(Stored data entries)
**********

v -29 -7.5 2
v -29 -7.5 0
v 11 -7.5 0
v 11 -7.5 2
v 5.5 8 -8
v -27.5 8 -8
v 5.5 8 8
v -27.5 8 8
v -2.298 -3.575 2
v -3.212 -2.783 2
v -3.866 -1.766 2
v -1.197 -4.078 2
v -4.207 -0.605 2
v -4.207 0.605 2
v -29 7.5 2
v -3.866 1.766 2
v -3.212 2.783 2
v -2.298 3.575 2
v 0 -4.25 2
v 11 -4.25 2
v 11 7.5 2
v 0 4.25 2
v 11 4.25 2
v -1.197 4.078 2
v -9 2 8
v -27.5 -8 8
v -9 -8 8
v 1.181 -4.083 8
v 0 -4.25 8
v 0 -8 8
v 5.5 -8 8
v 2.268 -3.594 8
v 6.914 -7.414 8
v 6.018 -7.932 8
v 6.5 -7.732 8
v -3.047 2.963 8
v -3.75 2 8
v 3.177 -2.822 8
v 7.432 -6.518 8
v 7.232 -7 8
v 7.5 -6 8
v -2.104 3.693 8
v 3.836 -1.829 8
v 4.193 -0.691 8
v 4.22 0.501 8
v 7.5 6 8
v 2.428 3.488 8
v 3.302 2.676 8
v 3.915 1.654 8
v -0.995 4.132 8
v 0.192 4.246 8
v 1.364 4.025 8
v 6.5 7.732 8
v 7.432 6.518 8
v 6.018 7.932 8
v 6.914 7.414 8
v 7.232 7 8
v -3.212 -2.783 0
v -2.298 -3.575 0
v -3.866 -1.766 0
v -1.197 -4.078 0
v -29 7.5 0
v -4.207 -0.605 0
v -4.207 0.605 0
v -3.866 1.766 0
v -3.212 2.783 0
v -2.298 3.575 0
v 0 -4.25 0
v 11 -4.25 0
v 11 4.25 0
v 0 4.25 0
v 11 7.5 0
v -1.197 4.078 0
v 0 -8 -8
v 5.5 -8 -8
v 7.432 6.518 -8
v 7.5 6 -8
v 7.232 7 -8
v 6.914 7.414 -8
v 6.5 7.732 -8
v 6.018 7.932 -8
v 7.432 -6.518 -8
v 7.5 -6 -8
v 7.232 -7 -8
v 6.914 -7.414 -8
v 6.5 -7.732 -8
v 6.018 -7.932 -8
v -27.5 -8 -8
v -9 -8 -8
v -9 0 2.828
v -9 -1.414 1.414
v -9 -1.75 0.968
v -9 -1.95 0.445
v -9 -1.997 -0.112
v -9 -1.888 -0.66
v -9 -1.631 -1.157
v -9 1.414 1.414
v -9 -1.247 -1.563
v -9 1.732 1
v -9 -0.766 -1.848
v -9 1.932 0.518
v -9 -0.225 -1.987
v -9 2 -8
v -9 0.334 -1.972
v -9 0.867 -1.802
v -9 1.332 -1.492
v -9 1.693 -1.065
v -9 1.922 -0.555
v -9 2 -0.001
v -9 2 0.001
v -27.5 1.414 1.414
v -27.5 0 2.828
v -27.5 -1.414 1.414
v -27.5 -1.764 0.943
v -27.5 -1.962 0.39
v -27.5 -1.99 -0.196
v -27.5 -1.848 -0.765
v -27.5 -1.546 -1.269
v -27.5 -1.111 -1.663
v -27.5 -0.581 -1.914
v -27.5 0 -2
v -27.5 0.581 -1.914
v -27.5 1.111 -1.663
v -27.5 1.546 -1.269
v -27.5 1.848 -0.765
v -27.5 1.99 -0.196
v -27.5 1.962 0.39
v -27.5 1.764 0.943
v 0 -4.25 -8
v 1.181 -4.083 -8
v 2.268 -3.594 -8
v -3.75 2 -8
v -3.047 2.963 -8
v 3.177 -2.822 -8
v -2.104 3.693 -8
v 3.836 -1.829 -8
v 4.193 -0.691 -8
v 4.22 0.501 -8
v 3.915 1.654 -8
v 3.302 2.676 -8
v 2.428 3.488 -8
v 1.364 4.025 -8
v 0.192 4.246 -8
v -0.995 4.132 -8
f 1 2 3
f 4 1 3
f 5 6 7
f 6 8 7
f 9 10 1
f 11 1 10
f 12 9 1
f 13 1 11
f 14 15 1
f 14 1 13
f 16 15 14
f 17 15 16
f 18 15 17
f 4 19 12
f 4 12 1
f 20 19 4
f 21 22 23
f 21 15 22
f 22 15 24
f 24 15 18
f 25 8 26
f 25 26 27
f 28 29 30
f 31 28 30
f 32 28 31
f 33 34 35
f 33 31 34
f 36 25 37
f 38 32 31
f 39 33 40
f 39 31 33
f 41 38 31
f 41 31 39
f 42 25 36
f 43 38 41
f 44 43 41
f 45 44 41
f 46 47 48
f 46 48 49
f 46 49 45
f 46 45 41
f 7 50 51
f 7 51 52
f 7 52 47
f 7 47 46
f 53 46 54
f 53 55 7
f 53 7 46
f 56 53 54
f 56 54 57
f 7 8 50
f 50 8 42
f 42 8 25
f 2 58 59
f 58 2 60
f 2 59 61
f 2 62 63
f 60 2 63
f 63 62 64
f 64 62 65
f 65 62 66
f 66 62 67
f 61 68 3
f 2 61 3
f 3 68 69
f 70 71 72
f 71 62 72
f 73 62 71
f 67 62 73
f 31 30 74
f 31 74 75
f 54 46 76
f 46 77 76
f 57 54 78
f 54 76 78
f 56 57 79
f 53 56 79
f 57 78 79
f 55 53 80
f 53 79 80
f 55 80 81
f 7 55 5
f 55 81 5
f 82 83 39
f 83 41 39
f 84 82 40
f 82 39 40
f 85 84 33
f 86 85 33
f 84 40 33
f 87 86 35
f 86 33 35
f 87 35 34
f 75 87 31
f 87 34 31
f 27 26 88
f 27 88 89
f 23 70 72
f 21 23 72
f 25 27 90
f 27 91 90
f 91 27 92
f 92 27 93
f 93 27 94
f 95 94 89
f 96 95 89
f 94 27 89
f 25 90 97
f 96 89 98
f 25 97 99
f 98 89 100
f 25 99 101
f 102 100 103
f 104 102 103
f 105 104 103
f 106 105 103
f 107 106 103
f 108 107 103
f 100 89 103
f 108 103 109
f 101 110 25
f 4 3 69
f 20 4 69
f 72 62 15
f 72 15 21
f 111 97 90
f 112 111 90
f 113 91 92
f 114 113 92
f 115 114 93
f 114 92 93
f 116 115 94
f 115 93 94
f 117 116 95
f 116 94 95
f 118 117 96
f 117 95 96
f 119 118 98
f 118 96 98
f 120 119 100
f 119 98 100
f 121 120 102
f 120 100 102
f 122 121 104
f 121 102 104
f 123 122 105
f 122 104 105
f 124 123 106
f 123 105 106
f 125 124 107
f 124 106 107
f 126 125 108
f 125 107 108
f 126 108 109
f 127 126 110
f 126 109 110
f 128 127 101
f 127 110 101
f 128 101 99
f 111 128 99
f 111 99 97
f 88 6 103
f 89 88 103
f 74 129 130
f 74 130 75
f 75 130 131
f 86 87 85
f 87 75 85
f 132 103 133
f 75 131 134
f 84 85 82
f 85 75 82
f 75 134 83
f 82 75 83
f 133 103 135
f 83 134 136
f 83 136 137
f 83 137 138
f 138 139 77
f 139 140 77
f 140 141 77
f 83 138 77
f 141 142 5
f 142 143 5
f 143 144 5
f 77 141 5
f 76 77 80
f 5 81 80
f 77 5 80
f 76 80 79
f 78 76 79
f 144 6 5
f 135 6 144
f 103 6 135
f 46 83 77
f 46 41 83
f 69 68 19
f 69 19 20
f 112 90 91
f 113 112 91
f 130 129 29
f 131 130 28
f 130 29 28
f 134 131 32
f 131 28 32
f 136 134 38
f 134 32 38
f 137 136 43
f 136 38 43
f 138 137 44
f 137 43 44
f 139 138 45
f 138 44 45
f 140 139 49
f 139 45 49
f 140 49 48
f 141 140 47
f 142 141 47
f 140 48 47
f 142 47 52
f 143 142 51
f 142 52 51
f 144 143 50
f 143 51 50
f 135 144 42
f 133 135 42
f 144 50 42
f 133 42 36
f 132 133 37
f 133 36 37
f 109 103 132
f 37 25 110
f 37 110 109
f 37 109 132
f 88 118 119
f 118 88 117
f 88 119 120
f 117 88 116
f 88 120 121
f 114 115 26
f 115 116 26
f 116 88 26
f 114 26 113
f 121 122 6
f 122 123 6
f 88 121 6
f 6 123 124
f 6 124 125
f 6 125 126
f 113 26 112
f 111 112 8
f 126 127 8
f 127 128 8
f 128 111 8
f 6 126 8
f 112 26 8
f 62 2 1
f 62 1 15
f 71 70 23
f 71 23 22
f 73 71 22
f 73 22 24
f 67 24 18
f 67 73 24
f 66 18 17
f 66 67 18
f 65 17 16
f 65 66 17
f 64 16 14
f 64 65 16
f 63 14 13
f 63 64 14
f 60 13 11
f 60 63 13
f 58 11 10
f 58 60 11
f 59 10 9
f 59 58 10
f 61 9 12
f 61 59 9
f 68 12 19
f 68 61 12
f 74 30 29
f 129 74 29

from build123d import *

# Parameters (mm, degrees)
SKETCH_W             = 40
SKETCH_H             = 15
PAD_DEPTH            = 2
POCKET_DEPTH         = 0.001
POCKET_DEPTH_BACK    = 2.001
SKETCH002_W          = 35
SKETCH002_H          = 16
PAD001_DEPTH         = 8
SKETCH003_R          = 4.25
POCKET001_DEPTH      = 8.001
POCKET001_DEPTH_BACK = 8.001
SKETCH004_W          = 9
SKETCH004_H          = 10
POCKET002_DEPTH      = 8.001
POCKET002_DEPTH_BACK = 8.001
FILLET_R             = 2
POCKET003_DEPTH      = 27.501


with BuildPart() as pl_ttchen:
    # Sketch → Pad (new body)
    with BuildSketch(Plane.XY):
        with Locations((-9, 0)):
            Rectangle(SKETCH_W, SKETCH_H)
    extrude(amount=PAD_DEPTH)

    # Sketch001 → Pocket (cut, two sides)
    with BuildSketch(Plane.XY) as pocket_sk:
        with BuildLine():
            ThreePointArc((0, 4.25), (-4.25, 0), (0, -4.25))
            Line((0, -4.25), (11, -4.25))
            ThreePointArc((11, -4.25), (15.25, 0), (11, 4.25))
            Line((11, 4.25), (0, 4.25))
        make_face()
    extrude(amount=-POCKET_DEPTH, mode=Mode.SUBTRACT)
    extrude(pocket_sk.sketch, amount=POCKET_DEPTH_BACK, mode=Mode.SUBTRACT)


with BuildPart() as zwinge:
    # Sketch002 → Pad001 (new body, symmetric)
    with BuildSketch(Plane.XY):
        with Locations((-10, 0)):
            Rectangle(SKETCH002_W, SKETCH002_H)
    extrude(amount=PAD001_DEPTH, both=True)

    # Sketch003 → Pocket001 (cut, two sides)
    with BuildSketch(Plane.XY) as pocket001_sk:
        Circle(SKETCH003_R)
    extrude(amount=-POCKET001_DEPTH, mode=Mode.SUBTRACT)
    extrude(pocket001_sk.sketch, amount=POCKET001_DEPTH_BACK, mode=Mode.SUBTRACT)

    # Sketch004 → Pocket002 (cut, two sides)
    with BuildSketch(Plane.XY) as pocket002_sk:
        with Locations((-4.5, -3)):
            Rectangle(SKETCH004_W, SKETCH004_H)
    extrude(amount=-POCKET002_DEPTH, mode=Mode.SUBTRACT)
    extrude(pocket002_sk.sketch, amount=POCKET002_DEPTH_BACK, mode=Mode.SUBTRACT)

    # Fillet
    fillet_edges = [zwinge.edges().sort_by_distance(p)[0] for p in [
        (7.5, -8, 0),
        (7.5, 8, 0),
    ]]
    fillet(fillet_edges, radius=FILLET_R)

    # Sketch005 → Pocket003 (cut, through all)
    with BuildSketch(Plane.YZ):
        with BuildLine():
            Line((0, 2.828427), (-1.414214, 1.414214))
            ThreePointArc((-1.414214, 1.414214), (0, -2), (1.414214, 1.414214))
            Line((1.414214, 1.414214), (0, 2.828427))
        make_face()
    extrude(amount=-POCKET003_DEPTH, mode=Mode.SUBTRACT)


solid = Compound([pl_ttchen.part, zwinge.part])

**********

### Your goal
Your task is to retype the entries verbatim, starting with the line that holds "f 139 140 77" and stopping after the line that holds "f 143 51 50".

### Written solution
f 139 140 77
f 140 141 77
f 83 138 77
f 141 142 5
f 142 143 5
f 143 144 5
f 77 141 5
f 76 77 80
f 5 81 80
f 77 5 80
f 76 80 79
f 78 76 79
f 144 6 5
f 135 6 144
f 103 6 135
f 46 83 77
f 46 41 83
f 69 68 19
f 69 19 20
f 112 90 91
f 113 112 91
f 130 129 29
f 131 130 28
f 130 29 28
f 134 131 32
f 131 28 32
f 136 134 38
f 134 32 38
f 137 136 43
f 136 38 43
f 138 137 44
f 137 43 44
f 139 138 45
f 138 44 45
f 140 139 49
f 139 45 49
f 140 49 48
f 141 140 47
f 142 141 47
f 140 48 47
f 142 47 52
f 143 142 51
f 142 52 51
f 144 143 50
f 143 51 50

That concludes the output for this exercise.